The main purpose of PDIG is to fund product developments and either sell the rights or spin-off a company to produce, market, and sell the product.  PDIG receives license fees and/or royalties.  The revenue generated is used towards payment(s) to the investors and/or future developments.  A spin-off company may develop, which may create an IPO option. If product origination is from a client, in most cases the client retains product ownership and PDIG will pay out royalties to the client. The product-origination may be from within PDIG, in which ownership will reside in PDIG. The following outlines this process:

  • The PDIG’s objectives are as follows:
    1. Provide product development funding for patents, inventions, corporations, entrepreneurs, and individuals.

    2. Provide capital gains to PDIG investors through:
      • Selling rights to the product(s) developed through licensing agreements. 
      • Receipt of royalties from the product(s) developed. Ownership or divided ownership of a spin-off company.
  • Example:  

    An inventor has a patent and approaches PDIG.  The inventor doesn’t have the capital to develop the product.  PDIG elects to fund this development and determines it will cost $50,000.00.  The inventor and PDIG agree upon an exclusive rights agreement.
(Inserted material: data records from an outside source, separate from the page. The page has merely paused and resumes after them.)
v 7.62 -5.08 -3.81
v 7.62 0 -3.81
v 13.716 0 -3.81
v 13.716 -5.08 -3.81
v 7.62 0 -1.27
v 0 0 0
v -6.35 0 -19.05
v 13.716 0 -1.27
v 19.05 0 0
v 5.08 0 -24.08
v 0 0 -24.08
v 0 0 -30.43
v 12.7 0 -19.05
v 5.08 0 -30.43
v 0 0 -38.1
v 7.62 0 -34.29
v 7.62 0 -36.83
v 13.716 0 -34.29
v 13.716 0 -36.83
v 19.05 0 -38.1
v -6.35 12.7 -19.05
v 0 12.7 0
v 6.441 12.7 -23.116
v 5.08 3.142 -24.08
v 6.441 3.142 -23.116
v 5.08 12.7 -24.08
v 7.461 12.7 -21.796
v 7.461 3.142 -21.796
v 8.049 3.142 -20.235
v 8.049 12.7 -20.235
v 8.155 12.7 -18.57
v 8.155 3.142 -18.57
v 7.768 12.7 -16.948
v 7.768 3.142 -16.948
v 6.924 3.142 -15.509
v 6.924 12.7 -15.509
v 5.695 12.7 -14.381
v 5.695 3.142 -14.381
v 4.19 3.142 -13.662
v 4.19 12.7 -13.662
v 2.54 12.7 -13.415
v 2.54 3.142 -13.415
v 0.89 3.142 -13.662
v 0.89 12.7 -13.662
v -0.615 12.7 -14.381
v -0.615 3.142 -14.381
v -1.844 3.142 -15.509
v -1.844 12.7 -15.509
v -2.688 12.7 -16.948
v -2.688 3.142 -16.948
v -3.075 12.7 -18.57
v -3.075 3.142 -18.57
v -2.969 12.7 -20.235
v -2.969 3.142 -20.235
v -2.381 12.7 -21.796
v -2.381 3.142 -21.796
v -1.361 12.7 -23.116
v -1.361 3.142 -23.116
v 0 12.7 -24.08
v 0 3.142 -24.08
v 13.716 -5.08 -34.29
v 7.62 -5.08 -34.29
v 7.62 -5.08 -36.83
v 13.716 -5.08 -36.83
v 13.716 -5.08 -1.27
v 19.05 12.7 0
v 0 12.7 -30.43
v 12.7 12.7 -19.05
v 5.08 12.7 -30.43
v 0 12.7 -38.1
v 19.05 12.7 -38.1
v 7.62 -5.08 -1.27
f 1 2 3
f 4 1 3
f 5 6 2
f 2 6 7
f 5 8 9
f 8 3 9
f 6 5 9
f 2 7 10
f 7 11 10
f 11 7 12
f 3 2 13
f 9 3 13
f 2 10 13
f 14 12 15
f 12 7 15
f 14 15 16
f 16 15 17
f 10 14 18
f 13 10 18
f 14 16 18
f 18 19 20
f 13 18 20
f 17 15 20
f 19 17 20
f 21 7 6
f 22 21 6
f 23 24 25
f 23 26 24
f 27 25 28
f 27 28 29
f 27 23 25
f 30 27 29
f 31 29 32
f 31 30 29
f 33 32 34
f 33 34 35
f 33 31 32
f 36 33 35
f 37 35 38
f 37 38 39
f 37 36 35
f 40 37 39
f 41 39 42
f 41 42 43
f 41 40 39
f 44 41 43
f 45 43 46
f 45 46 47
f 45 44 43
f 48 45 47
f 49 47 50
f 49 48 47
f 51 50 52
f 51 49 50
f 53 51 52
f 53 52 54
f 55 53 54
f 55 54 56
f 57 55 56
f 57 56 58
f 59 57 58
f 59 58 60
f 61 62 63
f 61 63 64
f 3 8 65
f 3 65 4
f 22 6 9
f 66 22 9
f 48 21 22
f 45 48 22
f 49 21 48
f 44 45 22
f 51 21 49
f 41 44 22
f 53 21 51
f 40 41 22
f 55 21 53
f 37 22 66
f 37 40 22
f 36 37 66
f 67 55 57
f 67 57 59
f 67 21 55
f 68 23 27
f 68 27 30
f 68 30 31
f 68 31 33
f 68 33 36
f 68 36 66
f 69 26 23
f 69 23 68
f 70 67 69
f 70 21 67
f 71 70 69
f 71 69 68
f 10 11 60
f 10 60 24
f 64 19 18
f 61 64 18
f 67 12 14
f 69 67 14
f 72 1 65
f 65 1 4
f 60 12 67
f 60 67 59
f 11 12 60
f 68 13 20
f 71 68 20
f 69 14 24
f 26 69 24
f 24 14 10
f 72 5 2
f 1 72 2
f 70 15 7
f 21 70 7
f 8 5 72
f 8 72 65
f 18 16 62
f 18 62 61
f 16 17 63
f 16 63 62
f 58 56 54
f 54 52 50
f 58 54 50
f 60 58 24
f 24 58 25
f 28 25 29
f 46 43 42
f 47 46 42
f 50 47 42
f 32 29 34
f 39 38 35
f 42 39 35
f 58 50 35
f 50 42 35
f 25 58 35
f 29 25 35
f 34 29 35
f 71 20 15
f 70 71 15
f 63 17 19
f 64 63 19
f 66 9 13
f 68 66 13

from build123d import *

# Parameters (mm, degrees)
BOSS_EXTRUDE1_DEPTH       = 12.7
SKETCH2_R                 = 5.635000033
HAPTIC_MOTOR_CUTOUT_DEPTH = 9.557999934
SKETCH3_W                 = 5.08
SKETCH3_H                 = 6.35
HAPTIC_WIRE_CUTOUT_DEPTH  = 13.7
SKETCH4_W                 = 6.096
SKETCH4_H                 = 2.54
PINS_DEPTH                = 5.08


with BuildPart() as part:
    # Sketch1 → Boss-Extrude1 (new body)
    with BuildSketch(Plane(origin=(0, 0, 0), x_dir=(1, 0, 0), z_dir=(0, 1, 0))):
        Polygon((0, 0), (19.05, 0), (12.7, 19.05), (19.05, 38.1), (0, 38.1), (-6.35, 19.05), align=None)
    extrude(amount=BOSS_EXTRUDE1_DEPTH)

    # Sketch2 → Haptic Motor Cutout (cut)
    with BuildSketch(Plane.XZ.offset(-12.7)):
        with Locations((2.54, -19.05)):
            Circle(SKETCH2_R)
    extrude(amount=HAPTIC_MOTOR_CUTOUT_DEPTH, mode=Mode.SUBTRACT)

    # Sketch3 → Haptic Wire Cutout (cut, through all)
    with BuildSketch(Plane.XZ):
        with Locations((2.54, -27.255072104)):
            Rectangle(SKETCH3_W, SKETCH3_H)
    extrude(amount=-HAPTIC_WIRE_CUTOUT_DEPTH, mode=Mode.SUBTRACT)

    # Sketch4 → Pins (add)
    with BuildSketch(Plane.XZ):
        with Locations((10.668, -35.56)):
            Rectangle(SKETCH4_W, SKETCH4_H)
    pins = extrude(amount=PINS_DEPTH)

    # Mirror1: Pins across plane
    add(pins.mirror(Plane(origin=(0, 0, -19.05), x_dir=(1, 0, 0), z_dir=(0, 0, -1))))


solid = part.part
    This agreement will specify a time frame for the development and any royalties/patent fees.  In this example, lets say the inventor will receive 10% of the royalty payments in which PDIG will negotiate with the company or companies that will manufacture/market/sell the product.  PDIG funds the development of the product utilizing ET’s product development services.  During the development of the product, PDIG and the end company or companies will agree upon a licensing agreement.  This agreement will include a licensing fee for exclusive rights and royalty payments.  The licensing fee in most cases will cover, at the minimum, the development cost PDIG invested.  The royalty payments may be 5% to 10% of wholesale price.  Therefore, if the estimated per unit cost is $5.00 and the estimated annual usage is 500,000 units, then the total estimated sales is expected to be $2,500,000.00.  A 5% royalty fee results in a $125,000.00.  Assuming the original inventor/patent recipient gets 10% of the royalties then the inventor/patent recipient receives $12.5K and PDIG receives $112.5K for the first year and subsequent years as well.